L’essence même du droit d’auteur est de conférer à l’auteur d’une œuvre originale de l’esprit un droit de propriété incorporelle exclusif et opposable à tous. En vertu de ce droit exclusif, toute atteinte à l’œuvre, de quelle que nature que ce soit, ne peut être effectuée sans le consentement préalable de son auteur.
Ainsi, le droit au respect de l’intégrité l’œuvre consacré par l’article L.121-1 du Code de la Propriété Intellectuelle impose qu’une œuvre emprunte de la personnalité de son auteur ne peut en principe faire l’objet d’une modification matérielle sans l’accord exprès de son auteur. Par un arrêt du 20 décembre 2017, la Cour de cassation vient consacrer une limite à ce droit exclusif de l’auteur : la modification d’une œuvre architecturale, si elle ne porte pas atteinte aux droits de son auteur, peut se faire sans son accord.
Une œuvre architecturale originale est protégeable au titre des droits d’auteur comme le serait toute autre œuvre littérale et artistique. Cependant, et contrairement à une œuvre purement esthétique, l’œuvre architecturale a une finalité fonctionnelle qui résulte du fait qu’un bâtiment, en plus d’être original, peut constituer un lieu d’habitation, de travail ou d’accès à la culture. En l’espèce, l’œuvre architecturale destinée à recevoir les collections du « Musée de l’Arles antique » avait été réalisée par un architecte pour le compte d’un département, lequel a fait entreprendre, sans l’accord de l’architecte, des travaux d’extension de ladite l’œuvre afin d’y exposer un bateau de commerce gallo-romain.

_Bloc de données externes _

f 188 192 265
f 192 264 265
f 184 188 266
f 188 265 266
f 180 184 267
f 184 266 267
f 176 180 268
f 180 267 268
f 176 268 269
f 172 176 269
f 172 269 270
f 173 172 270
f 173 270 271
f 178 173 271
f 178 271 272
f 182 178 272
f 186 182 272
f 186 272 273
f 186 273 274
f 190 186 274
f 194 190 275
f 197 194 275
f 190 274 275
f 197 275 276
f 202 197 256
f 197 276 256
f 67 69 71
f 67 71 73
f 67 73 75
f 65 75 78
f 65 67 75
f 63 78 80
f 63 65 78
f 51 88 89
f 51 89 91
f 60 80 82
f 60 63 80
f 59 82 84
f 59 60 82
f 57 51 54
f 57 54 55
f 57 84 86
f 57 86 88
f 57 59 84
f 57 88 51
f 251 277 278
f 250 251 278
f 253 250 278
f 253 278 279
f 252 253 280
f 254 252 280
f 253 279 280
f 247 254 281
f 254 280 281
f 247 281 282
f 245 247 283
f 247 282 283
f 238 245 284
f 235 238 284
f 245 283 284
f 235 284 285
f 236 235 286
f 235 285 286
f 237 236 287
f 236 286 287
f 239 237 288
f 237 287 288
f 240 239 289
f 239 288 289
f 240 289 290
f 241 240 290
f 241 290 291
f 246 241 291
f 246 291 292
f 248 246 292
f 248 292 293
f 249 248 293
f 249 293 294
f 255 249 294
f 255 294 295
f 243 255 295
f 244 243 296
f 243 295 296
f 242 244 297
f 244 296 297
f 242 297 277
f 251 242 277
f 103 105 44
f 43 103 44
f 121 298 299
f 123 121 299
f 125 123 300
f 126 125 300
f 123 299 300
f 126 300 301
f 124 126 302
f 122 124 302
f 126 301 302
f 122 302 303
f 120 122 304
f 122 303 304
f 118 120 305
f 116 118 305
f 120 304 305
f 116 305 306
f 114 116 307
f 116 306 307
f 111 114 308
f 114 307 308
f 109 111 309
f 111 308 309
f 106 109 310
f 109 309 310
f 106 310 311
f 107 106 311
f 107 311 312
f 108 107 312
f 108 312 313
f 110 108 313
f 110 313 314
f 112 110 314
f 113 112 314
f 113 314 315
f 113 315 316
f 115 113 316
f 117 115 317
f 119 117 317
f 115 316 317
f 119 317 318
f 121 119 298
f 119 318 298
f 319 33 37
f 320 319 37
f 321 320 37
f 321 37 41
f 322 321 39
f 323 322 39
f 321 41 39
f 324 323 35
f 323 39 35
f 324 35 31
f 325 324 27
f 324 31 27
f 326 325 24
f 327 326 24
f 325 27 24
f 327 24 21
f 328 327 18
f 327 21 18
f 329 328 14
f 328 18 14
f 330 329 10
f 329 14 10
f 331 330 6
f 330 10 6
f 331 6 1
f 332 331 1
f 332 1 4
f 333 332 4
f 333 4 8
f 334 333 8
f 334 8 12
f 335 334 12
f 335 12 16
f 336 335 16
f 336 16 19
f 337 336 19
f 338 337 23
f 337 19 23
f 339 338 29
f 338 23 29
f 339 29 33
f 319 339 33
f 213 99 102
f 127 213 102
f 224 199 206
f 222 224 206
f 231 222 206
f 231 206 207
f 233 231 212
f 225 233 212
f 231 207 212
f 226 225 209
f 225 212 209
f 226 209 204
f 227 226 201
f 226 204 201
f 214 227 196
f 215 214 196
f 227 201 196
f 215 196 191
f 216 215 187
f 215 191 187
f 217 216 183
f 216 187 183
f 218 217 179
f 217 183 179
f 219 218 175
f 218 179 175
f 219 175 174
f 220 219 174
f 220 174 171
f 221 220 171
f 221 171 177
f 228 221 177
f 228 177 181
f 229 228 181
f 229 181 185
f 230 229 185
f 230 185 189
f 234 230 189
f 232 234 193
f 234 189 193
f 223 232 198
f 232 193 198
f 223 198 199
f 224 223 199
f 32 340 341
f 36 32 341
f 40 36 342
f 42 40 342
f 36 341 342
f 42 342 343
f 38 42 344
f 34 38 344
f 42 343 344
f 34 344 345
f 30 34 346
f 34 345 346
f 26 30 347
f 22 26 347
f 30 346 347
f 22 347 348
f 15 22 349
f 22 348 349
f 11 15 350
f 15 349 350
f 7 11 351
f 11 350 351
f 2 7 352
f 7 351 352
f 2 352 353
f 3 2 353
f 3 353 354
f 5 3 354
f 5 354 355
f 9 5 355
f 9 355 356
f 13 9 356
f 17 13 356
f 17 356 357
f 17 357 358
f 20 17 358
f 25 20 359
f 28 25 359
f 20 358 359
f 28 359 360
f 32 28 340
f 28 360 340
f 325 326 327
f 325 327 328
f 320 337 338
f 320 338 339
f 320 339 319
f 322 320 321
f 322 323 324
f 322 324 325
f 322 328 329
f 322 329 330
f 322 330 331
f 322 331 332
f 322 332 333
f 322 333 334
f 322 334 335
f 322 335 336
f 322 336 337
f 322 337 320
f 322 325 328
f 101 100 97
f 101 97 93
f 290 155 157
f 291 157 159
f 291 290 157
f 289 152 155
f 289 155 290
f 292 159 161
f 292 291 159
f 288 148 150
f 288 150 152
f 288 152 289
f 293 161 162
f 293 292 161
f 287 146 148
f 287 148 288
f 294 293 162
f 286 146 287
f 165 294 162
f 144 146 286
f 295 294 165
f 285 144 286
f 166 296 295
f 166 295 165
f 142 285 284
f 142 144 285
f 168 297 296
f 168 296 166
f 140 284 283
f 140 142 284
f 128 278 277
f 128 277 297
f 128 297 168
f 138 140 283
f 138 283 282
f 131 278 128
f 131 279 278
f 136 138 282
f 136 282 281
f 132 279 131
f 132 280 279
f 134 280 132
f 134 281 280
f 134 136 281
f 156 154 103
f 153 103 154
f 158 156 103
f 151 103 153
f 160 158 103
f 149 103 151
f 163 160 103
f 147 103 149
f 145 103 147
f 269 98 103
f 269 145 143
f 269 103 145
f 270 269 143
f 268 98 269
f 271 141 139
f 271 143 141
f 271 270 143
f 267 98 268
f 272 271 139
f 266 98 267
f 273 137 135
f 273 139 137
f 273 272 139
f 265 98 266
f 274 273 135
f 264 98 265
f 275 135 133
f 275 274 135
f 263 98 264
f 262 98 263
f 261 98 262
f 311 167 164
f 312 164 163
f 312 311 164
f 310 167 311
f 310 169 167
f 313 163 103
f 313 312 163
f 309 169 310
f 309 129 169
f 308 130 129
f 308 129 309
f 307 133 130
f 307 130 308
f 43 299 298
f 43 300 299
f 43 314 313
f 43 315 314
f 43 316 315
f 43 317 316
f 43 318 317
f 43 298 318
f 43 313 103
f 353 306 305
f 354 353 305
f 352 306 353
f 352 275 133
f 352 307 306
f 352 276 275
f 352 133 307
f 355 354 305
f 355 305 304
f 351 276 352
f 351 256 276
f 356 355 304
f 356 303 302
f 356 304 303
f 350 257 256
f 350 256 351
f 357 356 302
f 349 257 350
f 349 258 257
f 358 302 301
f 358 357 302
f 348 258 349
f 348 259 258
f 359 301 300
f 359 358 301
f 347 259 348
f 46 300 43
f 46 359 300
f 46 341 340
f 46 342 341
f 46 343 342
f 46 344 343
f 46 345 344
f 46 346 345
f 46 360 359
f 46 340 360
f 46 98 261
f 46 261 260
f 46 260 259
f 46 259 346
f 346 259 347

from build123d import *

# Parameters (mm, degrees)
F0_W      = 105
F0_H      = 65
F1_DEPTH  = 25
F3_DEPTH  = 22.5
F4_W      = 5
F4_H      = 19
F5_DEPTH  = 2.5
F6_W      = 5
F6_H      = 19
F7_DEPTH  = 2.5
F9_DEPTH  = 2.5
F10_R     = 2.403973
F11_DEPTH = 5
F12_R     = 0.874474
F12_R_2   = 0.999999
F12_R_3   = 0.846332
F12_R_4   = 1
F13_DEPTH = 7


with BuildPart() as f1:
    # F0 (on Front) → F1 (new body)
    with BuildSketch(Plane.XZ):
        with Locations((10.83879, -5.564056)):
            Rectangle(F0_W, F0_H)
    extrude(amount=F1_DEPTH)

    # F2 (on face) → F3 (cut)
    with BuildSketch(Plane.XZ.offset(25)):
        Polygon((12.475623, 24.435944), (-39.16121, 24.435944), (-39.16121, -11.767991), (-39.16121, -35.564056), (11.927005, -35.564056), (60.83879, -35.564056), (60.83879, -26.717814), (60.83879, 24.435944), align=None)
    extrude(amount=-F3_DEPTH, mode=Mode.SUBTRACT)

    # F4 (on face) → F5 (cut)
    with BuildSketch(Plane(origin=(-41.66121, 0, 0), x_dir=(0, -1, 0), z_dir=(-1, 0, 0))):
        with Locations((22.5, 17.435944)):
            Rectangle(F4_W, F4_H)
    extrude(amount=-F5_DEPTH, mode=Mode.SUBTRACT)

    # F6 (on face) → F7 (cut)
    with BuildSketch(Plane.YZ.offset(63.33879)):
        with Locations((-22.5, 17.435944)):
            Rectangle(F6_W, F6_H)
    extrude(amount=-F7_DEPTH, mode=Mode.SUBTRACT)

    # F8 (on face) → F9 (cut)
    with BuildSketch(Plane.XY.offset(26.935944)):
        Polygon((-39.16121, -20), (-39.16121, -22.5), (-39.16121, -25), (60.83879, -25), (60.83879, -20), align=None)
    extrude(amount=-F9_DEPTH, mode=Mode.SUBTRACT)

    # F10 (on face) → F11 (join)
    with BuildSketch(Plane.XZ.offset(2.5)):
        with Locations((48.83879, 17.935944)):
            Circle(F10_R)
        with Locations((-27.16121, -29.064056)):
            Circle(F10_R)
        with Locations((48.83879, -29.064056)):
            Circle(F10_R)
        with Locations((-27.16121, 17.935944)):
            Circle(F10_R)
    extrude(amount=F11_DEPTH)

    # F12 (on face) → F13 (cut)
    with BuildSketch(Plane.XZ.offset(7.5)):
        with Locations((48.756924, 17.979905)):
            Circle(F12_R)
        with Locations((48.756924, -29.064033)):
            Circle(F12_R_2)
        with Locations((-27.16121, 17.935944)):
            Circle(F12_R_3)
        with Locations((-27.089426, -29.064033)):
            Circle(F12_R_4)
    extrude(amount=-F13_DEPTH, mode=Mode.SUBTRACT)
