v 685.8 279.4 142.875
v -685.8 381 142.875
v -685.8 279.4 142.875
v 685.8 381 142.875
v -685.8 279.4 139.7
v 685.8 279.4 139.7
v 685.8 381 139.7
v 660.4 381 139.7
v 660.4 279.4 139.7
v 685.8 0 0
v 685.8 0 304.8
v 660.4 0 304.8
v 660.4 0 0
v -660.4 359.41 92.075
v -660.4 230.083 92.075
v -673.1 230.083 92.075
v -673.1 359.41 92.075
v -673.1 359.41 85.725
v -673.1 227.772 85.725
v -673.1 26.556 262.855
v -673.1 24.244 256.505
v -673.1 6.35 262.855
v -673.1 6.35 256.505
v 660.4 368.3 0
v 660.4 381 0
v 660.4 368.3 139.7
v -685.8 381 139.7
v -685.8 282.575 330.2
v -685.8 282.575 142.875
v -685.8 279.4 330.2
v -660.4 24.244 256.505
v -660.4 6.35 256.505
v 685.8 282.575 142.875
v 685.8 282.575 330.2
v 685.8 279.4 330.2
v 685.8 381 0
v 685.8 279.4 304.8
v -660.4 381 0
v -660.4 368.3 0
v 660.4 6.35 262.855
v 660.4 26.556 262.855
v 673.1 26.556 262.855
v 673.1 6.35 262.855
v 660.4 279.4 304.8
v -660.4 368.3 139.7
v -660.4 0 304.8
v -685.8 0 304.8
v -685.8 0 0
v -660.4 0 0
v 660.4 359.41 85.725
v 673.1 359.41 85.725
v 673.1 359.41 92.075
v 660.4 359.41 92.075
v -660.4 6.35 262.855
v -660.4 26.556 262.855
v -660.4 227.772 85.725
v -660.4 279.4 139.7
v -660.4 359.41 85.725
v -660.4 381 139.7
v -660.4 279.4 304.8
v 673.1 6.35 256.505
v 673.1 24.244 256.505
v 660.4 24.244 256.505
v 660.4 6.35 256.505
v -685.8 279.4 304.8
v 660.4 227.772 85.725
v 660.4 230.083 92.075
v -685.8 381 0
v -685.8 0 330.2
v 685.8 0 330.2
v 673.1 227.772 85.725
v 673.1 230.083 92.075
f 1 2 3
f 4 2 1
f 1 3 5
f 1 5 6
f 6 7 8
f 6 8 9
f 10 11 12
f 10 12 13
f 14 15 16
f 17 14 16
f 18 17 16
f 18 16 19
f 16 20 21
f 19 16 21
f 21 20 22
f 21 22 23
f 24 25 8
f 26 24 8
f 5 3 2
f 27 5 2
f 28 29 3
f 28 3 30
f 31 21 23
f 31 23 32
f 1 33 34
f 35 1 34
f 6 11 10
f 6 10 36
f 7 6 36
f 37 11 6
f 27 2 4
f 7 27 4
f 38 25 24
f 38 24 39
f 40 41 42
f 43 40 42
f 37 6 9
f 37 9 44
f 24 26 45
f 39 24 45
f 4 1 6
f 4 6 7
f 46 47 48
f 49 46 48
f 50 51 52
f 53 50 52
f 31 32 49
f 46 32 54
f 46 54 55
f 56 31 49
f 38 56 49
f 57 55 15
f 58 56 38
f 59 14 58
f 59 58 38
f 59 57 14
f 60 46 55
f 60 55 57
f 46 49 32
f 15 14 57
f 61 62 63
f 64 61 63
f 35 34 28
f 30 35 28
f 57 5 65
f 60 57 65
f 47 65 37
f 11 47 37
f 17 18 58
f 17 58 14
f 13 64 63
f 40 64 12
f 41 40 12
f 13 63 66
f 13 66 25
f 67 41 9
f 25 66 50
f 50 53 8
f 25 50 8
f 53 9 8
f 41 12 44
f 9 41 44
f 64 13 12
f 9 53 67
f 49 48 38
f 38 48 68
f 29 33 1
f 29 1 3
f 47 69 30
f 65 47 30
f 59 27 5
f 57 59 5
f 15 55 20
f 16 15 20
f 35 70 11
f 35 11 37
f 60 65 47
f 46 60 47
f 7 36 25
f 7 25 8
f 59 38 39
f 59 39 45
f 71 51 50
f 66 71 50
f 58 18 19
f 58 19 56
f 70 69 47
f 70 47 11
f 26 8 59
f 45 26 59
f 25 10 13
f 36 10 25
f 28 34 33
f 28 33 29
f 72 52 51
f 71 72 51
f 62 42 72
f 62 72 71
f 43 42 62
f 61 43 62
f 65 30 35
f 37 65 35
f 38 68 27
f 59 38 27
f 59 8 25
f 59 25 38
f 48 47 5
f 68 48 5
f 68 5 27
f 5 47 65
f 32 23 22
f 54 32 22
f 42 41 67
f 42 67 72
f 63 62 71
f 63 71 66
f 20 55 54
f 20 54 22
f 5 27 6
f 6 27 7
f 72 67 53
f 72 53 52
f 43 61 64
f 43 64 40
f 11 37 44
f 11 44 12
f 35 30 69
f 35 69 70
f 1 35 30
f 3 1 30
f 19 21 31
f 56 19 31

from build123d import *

# Parameters (mm, degrees)
F2_DEPTH  = 25.4
F6_W      = 25.4
F6_H      = 6.35
F10_W     = 1371.6
F10_H     = 279.4
F11_DEPTH = 25.4
F13_W     = 1371.6
F13_H     = 101.6
F14_DEPTH = 3.175
F16_W     = 1371.6
F16_H     = 187.325
F17_DEPTH = 3.175
F19_W     = 1320.8
F19_H     = 139.7
F20_DEPTH = 12.7


with BuildPart() as f2:
    # F1 (on offset) → F2 (new body)
    with BuildSketch(Plane.YZ.offset(685.8)):
        Polygon((0, 304.8), (0, 0), (381, 0), (381, 139.7), (279.4, 139.7), (279.4, 304.8), align=None)
    extrude(amount=-F2_DEPTH)

    # F7: sweep along a path in F4
    with BuildLine(Plane(origin=(660.4, 0, 0), x_dir=(0, -1, 0), z_dir=(-1, 0, 0))) as f7_path:
        Line((-359.41, 88.9), (-228.9274356335, 88.9))
        Line((-228.9274356335, 88.9), (-25.4, 259.6797961745))
        Line((-25.4, 259.6797961745), (-6.35, 259.6797961745))
    # F6 (on line) → F7 (sweep, cut)
    with BuildSketch(Plane(origin=(0, 359.41, 0), x_dir=(-1, 0, 0), z_dir=(0, 1, 0))):
        with Locations((-660.4, 88.9)):
            Rectangle(F6_W, F6_H)
    sweep(path=f7_path.line, transition=Transition.RIGHT, mode=Mode.SUBTRACT)


with BuildPart() as f8_1:
    # F8: instance of F2
    add(f2.part.mirror(Plane.YZ))


with BuildPart() as f11:
    # F10 (on offset) → F11 (new body)
    with BuildSketch(Plane.XY.offset(330.2)):
        with Locations((0, 139.7)):
            Rectangle(F10_W, F10_H)
    extrude(amount=-F11_DEPTH)


with BuildPart() as f14:
    # F13 (on offset) → F14 (new body, through all)
    with BuildSketch(Plane.XY.offset(142.875)):
        with Locations((0, 330.2)):
            Rectangle(F13_W, F13_H)
    extrude(amount=-F14_DEPTH)


with BuildPart() as f17:
    # F16 (on offset) → F17 (new body, through all)
    with BuildSketch(Plane(origin=(0, 282.575, 0), x_dir=(-1, 0, 0), z_dir=(0, 1, 0))):
        with Locations((0, 236.5375)):
            Rectangle(F16_W, F16_H)
    extrude(amount=-F17_DEPTH)


with BuildPart() as f20:
    # F19 (on offset) → F20 (new body)
    with BuildSketch(Plane(origin=(0, 381, 0), x_dir=(-1, 0, 0), z_dir=(0, 1, 0))):
        with Locations((0, 69.85)):
            Rectangle(F19_W, F19_H)
    extrude(amount=-F20_DEPTH)


solid = Compound([f2.part, f8_1.part, f11.part, f14.part, f17.part, f20.part])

La finalité fonctionnelle de l’œuvre architecturale impose qu’il faille concilier le droit au respect de l’architecte avec le droit du propriétaire de l’œuvre. La méthode mise en œuvre par les juges est celle du contrôle de proportionnalité: il faut accepter de limiter un droit fondamental (le droit d’auteur) mais de façon justifiée et proportionnée. La Cour de cassation vient ici valider le raisonnement de l’arrêt du 7 janvier 2016 rendu par la cour d’appel d’Aix-en-Provence ayant débouté l’architecte. Pour préserver l’équilibre entre les prérogatives de l’auteur et celles du propriétaire de l’œuvre architecturale, les modifications apportées ne doivent pas excéder ce qui est strictement nécessaire à l’adaptation de l’œuvre à des besoins nouveaux et ne doivent pas être disproportionnées au regard du but poursuivi. En l’espèce, la découverte du bateau datant de l’époque romaine déclaré “trésor national” ainsi que de sa cargaison, et la nécessité d’exposer cet ensemble dans le musée considéré, caractérisent l’existence d’un besoin nouveau qui, pour être satisfait, commandait la construction d’une extension, dès lors que l’unité qui s’attachait au bâtiment muséal, excluait l’édification d’un bâtiment séparé. L’extension réalisée modifie la construction d’origine mais reprend néanmoins les couleurs originelles, blanche des murs et bleue des façades, et qu’il n’est pas démontré qu’elle dénature l’harmonie de l’œuvre.
Le droit au respect de l’œuvre fait donc l’objet d’une application à géométrie variable selon la finalité de ladite œuvre. En matière d’œuvre architecturale, l’architecte ne peut imposer une intangibilité absolue des lieux qu’il a réalisé et doit supporter des atteintes à ses droits lorsque celles-ci sont justifiées et proportionnées.